Wall sitting and planks are two of the best isometric exercises for lowering blood pressure. Here’s how:
wall sitting
Stand with your back to the wall. Stand about 2 feet away from the wall. Place your feet shoulder-width apart and firmly on the ground. Keeping your abdominal muscles engaged, slide your back along the wall while bending your legs to 90 degrees or a right angle. It’s like sitting in a chair without holding it. Make sure your knees are straight over your ankles.

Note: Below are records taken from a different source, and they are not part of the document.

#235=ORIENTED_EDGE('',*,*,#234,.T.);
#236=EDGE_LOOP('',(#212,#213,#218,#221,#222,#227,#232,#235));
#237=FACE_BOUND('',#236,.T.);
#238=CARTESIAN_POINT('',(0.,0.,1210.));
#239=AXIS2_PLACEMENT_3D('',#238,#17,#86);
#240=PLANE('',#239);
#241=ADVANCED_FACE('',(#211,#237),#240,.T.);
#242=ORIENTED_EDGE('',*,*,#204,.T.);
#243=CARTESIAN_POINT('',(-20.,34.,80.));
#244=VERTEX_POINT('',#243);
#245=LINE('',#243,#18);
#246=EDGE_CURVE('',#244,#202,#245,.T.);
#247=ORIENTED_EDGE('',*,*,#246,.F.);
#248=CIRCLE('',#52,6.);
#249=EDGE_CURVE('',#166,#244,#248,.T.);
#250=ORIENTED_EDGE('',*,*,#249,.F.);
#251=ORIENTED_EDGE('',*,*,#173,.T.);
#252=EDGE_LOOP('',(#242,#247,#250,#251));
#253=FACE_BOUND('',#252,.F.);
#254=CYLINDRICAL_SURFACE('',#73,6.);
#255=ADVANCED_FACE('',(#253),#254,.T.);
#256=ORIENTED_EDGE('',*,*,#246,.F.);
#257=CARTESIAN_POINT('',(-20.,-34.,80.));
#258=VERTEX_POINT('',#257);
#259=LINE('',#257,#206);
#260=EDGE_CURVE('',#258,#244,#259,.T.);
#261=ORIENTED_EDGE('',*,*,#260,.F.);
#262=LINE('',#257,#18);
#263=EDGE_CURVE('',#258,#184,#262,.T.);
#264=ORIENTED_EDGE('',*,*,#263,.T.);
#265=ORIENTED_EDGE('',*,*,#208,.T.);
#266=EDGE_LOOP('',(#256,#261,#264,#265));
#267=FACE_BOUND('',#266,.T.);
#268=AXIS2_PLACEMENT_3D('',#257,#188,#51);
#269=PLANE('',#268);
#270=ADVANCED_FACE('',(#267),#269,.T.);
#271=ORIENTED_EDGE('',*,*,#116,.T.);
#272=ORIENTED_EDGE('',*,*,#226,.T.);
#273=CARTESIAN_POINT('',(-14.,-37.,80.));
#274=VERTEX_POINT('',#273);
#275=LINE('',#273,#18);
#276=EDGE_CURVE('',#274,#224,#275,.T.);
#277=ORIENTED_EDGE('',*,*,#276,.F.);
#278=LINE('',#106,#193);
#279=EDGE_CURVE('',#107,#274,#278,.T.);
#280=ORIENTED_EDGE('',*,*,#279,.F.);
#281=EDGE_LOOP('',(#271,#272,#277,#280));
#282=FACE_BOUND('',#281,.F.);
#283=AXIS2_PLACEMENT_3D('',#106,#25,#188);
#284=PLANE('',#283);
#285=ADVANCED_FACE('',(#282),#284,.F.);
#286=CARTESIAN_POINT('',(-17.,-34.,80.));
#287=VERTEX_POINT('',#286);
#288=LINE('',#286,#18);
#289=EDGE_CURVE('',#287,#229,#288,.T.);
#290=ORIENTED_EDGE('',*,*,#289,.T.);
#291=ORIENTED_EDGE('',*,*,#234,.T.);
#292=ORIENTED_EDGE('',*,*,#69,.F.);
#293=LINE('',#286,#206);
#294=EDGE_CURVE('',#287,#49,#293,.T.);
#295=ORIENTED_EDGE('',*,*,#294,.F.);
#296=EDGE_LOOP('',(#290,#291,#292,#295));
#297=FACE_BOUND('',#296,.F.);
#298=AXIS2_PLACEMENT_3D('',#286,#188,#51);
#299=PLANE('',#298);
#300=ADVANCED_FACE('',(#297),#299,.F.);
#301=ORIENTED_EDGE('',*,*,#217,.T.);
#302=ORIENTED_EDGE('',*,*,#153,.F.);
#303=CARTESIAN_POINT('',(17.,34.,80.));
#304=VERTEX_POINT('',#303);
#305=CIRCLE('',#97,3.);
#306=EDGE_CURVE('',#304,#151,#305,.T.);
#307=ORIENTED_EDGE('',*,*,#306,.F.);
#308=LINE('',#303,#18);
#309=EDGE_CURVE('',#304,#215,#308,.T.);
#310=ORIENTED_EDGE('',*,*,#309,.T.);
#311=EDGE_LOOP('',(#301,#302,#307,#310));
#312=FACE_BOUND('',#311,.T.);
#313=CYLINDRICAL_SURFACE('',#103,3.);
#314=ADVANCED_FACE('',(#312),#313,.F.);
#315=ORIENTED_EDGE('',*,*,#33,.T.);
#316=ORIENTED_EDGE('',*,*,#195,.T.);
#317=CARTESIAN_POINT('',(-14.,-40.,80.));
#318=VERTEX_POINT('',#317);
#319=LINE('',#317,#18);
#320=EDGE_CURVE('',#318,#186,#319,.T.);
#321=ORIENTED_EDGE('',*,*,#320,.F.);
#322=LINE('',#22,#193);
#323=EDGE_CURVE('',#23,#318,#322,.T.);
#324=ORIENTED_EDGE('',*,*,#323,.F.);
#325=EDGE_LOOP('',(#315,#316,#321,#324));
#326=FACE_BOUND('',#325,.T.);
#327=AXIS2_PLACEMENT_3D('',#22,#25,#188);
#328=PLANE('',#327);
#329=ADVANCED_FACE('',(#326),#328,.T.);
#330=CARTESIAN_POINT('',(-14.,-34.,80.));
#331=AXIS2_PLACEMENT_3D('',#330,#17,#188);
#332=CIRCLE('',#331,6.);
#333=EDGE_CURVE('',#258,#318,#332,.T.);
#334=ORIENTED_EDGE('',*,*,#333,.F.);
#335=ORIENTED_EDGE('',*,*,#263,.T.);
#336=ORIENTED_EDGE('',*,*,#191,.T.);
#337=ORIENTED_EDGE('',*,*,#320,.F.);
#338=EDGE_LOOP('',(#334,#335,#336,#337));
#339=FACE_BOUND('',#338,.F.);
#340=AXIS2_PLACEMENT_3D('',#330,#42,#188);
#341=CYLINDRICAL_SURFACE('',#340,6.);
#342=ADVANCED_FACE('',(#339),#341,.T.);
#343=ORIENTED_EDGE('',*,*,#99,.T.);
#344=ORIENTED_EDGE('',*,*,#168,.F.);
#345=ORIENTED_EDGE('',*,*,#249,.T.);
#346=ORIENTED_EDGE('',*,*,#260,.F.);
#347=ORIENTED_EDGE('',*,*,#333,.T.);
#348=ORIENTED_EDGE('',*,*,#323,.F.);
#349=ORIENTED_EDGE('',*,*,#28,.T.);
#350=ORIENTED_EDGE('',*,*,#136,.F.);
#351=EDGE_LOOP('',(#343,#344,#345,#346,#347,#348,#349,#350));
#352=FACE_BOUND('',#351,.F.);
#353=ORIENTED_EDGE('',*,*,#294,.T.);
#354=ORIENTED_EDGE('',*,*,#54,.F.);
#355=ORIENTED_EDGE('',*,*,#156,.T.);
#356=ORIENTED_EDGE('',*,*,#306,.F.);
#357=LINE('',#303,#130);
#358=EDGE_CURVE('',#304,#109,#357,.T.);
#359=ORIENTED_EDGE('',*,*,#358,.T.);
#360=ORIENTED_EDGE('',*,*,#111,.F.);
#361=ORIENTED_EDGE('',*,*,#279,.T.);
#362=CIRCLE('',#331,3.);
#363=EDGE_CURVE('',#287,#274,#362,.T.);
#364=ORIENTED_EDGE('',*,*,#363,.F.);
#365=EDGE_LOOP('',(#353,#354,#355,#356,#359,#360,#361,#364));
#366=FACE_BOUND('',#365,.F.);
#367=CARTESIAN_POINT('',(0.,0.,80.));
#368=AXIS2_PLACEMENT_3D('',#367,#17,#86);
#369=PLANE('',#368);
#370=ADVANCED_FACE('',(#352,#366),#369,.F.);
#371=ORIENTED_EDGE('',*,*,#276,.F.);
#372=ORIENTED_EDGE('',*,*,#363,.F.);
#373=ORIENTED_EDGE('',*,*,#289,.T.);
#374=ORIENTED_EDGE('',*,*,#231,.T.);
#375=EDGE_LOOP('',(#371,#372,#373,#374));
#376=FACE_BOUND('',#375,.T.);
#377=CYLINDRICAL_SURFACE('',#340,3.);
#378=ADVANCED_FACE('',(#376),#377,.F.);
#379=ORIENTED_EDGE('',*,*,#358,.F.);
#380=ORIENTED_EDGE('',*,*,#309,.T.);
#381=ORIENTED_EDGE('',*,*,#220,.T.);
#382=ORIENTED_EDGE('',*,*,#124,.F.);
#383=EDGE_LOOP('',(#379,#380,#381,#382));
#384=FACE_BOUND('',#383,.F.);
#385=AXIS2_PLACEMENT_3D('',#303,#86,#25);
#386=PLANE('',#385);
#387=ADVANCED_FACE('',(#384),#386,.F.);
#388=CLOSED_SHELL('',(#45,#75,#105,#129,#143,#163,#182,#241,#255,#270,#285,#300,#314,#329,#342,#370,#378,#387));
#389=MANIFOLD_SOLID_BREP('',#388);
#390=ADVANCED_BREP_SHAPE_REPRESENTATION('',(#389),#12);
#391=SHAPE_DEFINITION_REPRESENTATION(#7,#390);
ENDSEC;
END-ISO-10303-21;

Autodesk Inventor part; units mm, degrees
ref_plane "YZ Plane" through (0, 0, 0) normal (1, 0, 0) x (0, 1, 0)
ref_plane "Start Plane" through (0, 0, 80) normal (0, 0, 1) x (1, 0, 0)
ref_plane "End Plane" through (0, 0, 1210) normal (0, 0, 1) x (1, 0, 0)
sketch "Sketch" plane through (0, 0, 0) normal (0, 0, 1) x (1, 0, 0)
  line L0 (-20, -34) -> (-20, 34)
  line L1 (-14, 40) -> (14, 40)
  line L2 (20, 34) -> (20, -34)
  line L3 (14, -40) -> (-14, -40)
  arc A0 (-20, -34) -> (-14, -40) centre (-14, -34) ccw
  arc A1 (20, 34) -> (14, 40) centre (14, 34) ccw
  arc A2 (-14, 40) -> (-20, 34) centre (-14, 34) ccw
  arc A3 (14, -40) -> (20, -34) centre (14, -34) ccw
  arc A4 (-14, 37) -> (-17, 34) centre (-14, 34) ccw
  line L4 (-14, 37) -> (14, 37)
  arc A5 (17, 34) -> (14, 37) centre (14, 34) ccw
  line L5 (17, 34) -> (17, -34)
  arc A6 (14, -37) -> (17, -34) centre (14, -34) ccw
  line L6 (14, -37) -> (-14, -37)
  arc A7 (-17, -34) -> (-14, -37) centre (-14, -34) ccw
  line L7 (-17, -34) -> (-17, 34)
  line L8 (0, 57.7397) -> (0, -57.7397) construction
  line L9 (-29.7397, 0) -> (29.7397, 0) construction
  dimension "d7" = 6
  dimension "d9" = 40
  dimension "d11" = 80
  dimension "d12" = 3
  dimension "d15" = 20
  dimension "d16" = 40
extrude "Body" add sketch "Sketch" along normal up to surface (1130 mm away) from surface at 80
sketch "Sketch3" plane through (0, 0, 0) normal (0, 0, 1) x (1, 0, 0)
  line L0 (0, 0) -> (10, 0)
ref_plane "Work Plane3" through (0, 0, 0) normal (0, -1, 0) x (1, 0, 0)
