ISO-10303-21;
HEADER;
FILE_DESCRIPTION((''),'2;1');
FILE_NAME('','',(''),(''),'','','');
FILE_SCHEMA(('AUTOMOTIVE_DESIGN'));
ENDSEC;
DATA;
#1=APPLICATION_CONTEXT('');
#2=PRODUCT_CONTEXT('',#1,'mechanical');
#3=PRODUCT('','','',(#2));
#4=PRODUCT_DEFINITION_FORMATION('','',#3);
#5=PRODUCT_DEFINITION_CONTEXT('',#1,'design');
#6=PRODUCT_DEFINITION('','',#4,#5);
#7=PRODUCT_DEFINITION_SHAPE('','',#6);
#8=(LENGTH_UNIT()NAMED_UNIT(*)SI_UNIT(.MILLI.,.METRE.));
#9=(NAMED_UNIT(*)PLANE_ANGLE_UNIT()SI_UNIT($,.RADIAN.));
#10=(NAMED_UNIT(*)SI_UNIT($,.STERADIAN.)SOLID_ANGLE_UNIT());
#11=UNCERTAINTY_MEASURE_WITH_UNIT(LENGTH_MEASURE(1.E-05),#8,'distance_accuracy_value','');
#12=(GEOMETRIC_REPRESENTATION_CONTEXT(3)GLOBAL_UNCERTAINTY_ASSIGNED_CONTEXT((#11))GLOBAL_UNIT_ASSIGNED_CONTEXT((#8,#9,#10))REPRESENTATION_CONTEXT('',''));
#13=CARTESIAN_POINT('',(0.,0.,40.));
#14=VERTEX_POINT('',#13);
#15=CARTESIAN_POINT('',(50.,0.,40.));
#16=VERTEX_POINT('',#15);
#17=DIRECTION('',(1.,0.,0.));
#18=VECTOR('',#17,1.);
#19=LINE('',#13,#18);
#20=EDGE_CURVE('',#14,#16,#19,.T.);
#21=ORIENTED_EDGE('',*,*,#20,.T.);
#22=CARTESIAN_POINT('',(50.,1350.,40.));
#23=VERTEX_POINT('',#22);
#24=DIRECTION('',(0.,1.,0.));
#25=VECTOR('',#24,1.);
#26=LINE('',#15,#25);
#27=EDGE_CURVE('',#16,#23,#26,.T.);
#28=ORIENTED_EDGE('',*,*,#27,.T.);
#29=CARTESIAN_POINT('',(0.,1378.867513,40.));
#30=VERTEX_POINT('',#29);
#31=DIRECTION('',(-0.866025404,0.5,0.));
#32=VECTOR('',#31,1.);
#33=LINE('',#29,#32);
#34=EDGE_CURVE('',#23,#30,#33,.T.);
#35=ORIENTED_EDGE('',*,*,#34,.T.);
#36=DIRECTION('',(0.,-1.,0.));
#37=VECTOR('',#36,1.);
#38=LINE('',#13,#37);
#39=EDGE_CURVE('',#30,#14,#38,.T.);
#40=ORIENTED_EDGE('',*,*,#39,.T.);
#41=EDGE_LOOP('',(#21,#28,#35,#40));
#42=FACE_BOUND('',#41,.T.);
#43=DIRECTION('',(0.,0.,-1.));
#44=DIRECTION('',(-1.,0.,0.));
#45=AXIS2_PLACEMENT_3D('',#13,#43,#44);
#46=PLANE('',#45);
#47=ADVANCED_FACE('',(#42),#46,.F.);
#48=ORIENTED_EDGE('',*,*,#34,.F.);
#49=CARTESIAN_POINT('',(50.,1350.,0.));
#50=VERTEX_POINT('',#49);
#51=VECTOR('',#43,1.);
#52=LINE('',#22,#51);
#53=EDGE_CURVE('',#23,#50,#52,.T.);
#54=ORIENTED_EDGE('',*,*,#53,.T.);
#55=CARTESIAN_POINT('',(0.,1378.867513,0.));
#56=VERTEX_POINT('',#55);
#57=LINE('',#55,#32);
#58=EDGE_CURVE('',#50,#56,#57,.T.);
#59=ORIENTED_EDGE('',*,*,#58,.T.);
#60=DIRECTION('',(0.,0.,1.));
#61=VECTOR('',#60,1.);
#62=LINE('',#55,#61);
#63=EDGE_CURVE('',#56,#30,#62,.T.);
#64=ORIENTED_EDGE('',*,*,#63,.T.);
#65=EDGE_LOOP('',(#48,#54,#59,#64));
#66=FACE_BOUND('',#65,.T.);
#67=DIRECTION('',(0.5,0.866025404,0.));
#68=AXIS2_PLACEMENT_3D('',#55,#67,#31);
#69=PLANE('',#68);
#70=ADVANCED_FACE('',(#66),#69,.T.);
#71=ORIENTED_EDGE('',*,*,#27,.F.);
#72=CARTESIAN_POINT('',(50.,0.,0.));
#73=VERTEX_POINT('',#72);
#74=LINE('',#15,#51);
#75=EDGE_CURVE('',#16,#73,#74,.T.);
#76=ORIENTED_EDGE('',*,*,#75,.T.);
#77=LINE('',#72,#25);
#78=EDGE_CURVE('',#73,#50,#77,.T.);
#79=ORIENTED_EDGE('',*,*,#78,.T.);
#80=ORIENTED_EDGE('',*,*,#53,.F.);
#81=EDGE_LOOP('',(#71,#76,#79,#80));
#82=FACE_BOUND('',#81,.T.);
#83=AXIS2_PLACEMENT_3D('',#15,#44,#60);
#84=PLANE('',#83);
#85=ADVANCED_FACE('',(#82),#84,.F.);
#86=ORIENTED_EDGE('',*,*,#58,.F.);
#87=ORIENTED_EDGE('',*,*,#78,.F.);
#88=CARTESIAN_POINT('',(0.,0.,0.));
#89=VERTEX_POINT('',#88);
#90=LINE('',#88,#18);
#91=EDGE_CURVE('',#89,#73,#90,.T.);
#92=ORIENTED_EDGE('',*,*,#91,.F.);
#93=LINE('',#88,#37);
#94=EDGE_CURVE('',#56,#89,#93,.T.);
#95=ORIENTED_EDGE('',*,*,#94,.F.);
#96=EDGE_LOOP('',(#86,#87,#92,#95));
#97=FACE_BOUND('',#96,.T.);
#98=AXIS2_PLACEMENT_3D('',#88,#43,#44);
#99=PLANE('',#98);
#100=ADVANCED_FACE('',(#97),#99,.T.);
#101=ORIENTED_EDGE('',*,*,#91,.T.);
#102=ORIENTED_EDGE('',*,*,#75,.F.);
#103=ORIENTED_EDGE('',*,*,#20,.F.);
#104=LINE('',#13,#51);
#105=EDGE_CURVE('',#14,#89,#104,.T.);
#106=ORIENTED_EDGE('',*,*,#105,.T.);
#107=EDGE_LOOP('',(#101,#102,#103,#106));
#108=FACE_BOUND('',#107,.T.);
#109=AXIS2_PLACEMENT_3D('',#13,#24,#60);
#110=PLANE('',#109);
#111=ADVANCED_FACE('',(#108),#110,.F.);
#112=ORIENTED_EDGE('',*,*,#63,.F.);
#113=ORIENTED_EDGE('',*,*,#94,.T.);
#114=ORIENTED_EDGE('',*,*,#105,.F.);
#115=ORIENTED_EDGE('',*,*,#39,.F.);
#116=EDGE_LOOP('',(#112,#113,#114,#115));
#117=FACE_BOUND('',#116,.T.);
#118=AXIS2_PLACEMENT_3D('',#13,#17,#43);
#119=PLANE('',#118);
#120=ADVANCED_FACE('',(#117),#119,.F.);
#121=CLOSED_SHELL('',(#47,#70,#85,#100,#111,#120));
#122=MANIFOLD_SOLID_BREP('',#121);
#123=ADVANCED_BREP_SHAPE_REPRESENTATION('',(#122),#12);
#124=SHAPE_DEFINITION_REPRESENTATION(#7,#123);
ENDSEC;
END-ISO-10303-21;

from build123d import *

# Parameters (mm, degrees)
ESQUISSE1_W        = 50
ESQUISSE1_H        = 1350
BOSS_EXTRU_1_DEPTH = 40
BOSS_EXTRU_2_DEPTH = 40


with BuildPart() as part:
    # Esquisse1 → Boss.-Extru.1 (new body)
    with BuildSketch(Plane.XY):
        with Locations((25, 675)):
            Rectangle(ESQUISSE1_W, ESQUISSE1_H)
    extrude(amount=BOSS_EXTRU_1_DEPTH)

    # Esquisse2 → Boss.-Extru.2 (add)
    with BuildSketch(Plane.XY.offset(40)):
        Polygon((50, 1350), (0, 1350), (0, 1378.867513459), align=None)
    extrude(amount=-BOSS_EXTRU_2_DEPTH)


solid = part.part
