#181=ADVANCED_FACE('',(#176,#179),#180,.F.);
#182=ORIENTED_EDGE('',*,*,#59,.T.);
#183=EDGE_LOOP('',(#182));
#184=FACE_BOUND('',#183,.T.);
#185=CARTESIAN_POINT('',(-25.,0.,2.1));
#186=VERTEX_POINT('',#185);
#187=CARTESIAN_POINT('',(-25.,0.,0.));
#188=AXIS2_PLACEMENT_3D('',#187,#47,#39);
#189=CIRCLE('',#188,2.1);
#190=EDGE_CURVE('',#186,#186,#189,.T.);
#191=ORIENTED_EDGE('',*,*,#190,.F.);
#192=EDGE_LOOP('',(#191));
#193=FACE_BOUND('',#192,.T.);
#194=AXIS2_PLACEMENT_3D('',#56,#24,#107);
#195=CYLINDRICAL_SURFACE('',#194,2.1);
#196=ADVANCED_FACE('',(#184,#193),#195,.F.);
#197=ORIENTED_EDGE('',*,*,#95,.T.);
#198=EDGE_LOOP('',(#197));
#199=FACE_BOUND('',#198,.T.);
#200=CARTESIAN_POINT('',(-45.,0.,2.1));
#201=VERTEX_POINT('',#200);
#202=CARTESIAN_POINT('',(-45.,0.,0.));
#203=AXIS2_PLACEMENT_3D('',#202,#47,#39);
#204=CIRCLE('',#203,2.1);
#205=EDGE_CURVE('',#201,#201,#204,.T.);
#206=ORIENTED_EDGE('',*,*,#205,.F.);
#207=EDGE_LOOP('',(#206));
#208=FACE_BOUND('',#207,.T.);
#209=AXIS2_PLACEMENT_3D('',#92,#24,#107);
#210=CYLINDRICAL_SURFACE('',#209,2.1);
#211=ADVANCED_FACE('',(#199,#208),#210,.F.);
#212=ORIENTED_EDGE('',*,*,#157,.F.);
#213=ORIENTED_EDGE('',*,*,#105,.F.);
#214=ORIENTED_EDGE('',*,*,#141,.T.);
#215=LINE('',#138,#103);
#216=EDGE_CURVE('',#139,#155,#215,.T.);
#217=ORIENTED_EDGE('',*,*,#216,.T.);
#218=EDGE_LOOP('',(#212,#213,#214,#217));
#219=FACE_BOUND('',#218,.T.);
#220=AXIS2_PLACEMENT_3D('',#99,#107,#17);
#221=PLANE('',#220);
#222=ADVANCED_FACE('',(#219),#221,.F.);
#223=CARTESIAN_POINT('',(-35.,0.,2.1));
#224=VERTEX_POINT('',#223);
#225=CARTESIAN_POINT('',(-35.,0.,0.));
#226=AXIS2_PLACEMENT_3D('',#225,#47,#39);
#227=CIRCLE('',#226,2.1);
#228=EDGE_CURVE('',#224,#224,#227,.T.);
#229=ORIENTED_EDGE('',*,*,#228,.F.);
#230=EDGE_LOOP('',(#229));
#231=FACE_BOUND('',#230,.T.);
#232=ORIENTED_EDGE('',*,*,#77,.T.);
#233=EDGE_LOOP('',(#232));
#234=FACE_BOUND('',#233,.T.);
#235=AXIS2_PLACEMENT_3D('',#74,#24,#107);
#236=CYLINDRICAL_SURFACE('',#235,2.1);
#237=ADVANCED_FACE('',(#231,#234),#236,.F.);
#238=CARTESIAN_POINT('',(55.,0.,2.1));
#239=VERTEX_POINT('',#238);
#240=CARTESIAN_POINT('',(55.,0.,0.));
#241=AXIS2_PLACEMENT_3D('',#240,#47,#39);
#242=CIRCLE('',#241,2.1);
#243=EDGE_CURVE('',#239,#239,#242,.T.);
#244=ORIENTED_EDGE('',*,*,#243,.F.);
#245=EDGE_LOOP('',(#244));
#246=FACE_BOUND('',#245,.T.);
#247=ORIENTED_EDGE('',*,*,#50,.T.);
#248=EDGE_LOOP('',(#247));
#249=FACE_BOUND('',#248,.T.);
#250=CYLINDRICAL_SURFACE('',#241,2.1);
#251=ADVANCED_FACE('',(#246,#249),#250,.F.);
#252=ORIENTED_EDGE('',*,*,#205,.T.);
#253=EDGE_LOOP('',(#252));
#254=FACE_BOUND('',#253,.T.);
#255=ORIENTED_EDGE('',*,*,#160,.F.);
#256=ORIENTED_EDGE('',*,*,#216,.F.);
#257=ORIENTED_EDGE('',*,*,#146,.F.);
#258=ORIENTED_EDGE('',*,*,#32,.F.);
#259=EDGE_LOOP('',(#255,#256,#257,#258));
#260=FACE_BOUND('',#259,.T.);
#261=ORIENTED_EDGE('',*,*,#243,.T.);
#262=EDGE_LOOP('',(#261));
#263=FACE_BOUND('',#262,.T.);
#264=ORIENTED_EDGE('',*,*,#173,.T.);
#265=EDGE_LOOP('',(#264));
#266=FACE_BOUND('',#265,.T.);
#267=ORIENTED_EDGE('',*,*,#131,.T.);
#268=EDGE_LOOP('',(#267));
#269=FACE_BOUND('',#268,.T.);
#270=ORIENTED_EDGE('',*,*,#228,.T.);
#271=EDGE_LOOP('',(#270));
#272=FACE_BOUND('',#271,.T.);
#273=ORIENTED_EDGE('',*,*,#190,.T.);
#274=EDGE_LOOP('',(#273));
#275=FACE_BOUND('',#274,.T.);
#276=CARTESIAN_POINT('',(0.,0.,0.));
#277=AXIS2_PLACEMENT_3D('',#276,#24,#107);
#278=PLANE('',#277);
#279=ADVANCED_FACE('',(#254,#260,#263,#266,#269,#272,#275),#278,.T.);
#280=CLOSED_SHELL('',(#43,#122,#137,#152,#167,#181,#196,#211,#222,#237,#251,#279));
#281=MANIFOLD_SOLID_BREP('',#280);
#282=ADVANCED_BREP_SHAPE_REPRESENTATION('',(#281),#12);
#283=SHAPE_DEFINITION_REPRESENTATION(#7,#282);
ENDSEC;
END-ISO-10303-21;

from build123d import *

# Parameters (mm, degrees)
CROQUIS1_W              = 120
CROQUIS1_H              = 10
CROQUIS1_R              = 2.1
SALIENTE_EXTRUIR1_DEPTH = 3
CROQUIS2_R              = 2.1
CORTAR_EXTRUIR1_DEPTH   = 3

This exercise focuses on your glutes, or buttock muscles, and your quadriceps, or thigh muscles, as well as your abdominal and core muscles.
board
- wall board. Stand facing the wall. Place your elbows and forearms on the wall. Step back, tuck your butt in, draw your belly button toward your spine, and tighten your abdominal muscles. Press and hold for 20 seconds.
- Floorboards on the knees. Lie on your stomach and support yourself slightly with your forearms. Use your knees and forearms to lift your hips off the floor to about the same height as your shoulders. He holds this position for 20 seconds, concentrating on using his core muscles. For a harder version, press your toes into the floor, then lift your knees off the floor and squeeze your glutes and core to create a plank that tenses your entire body. Think about pulling your belly button towards your spine.
Planks focus on your back, shoulders, and abdominal muscles.
After doing both exercises:
- Remember to breathe slowly and regularly to provide your muscles with the oxygen they need.
- First, hold that position for 20 seconds. Continue working until you can hold the position for 2 minutes. Try to do 4 sets, 3 times a week, with a few minutes between each set.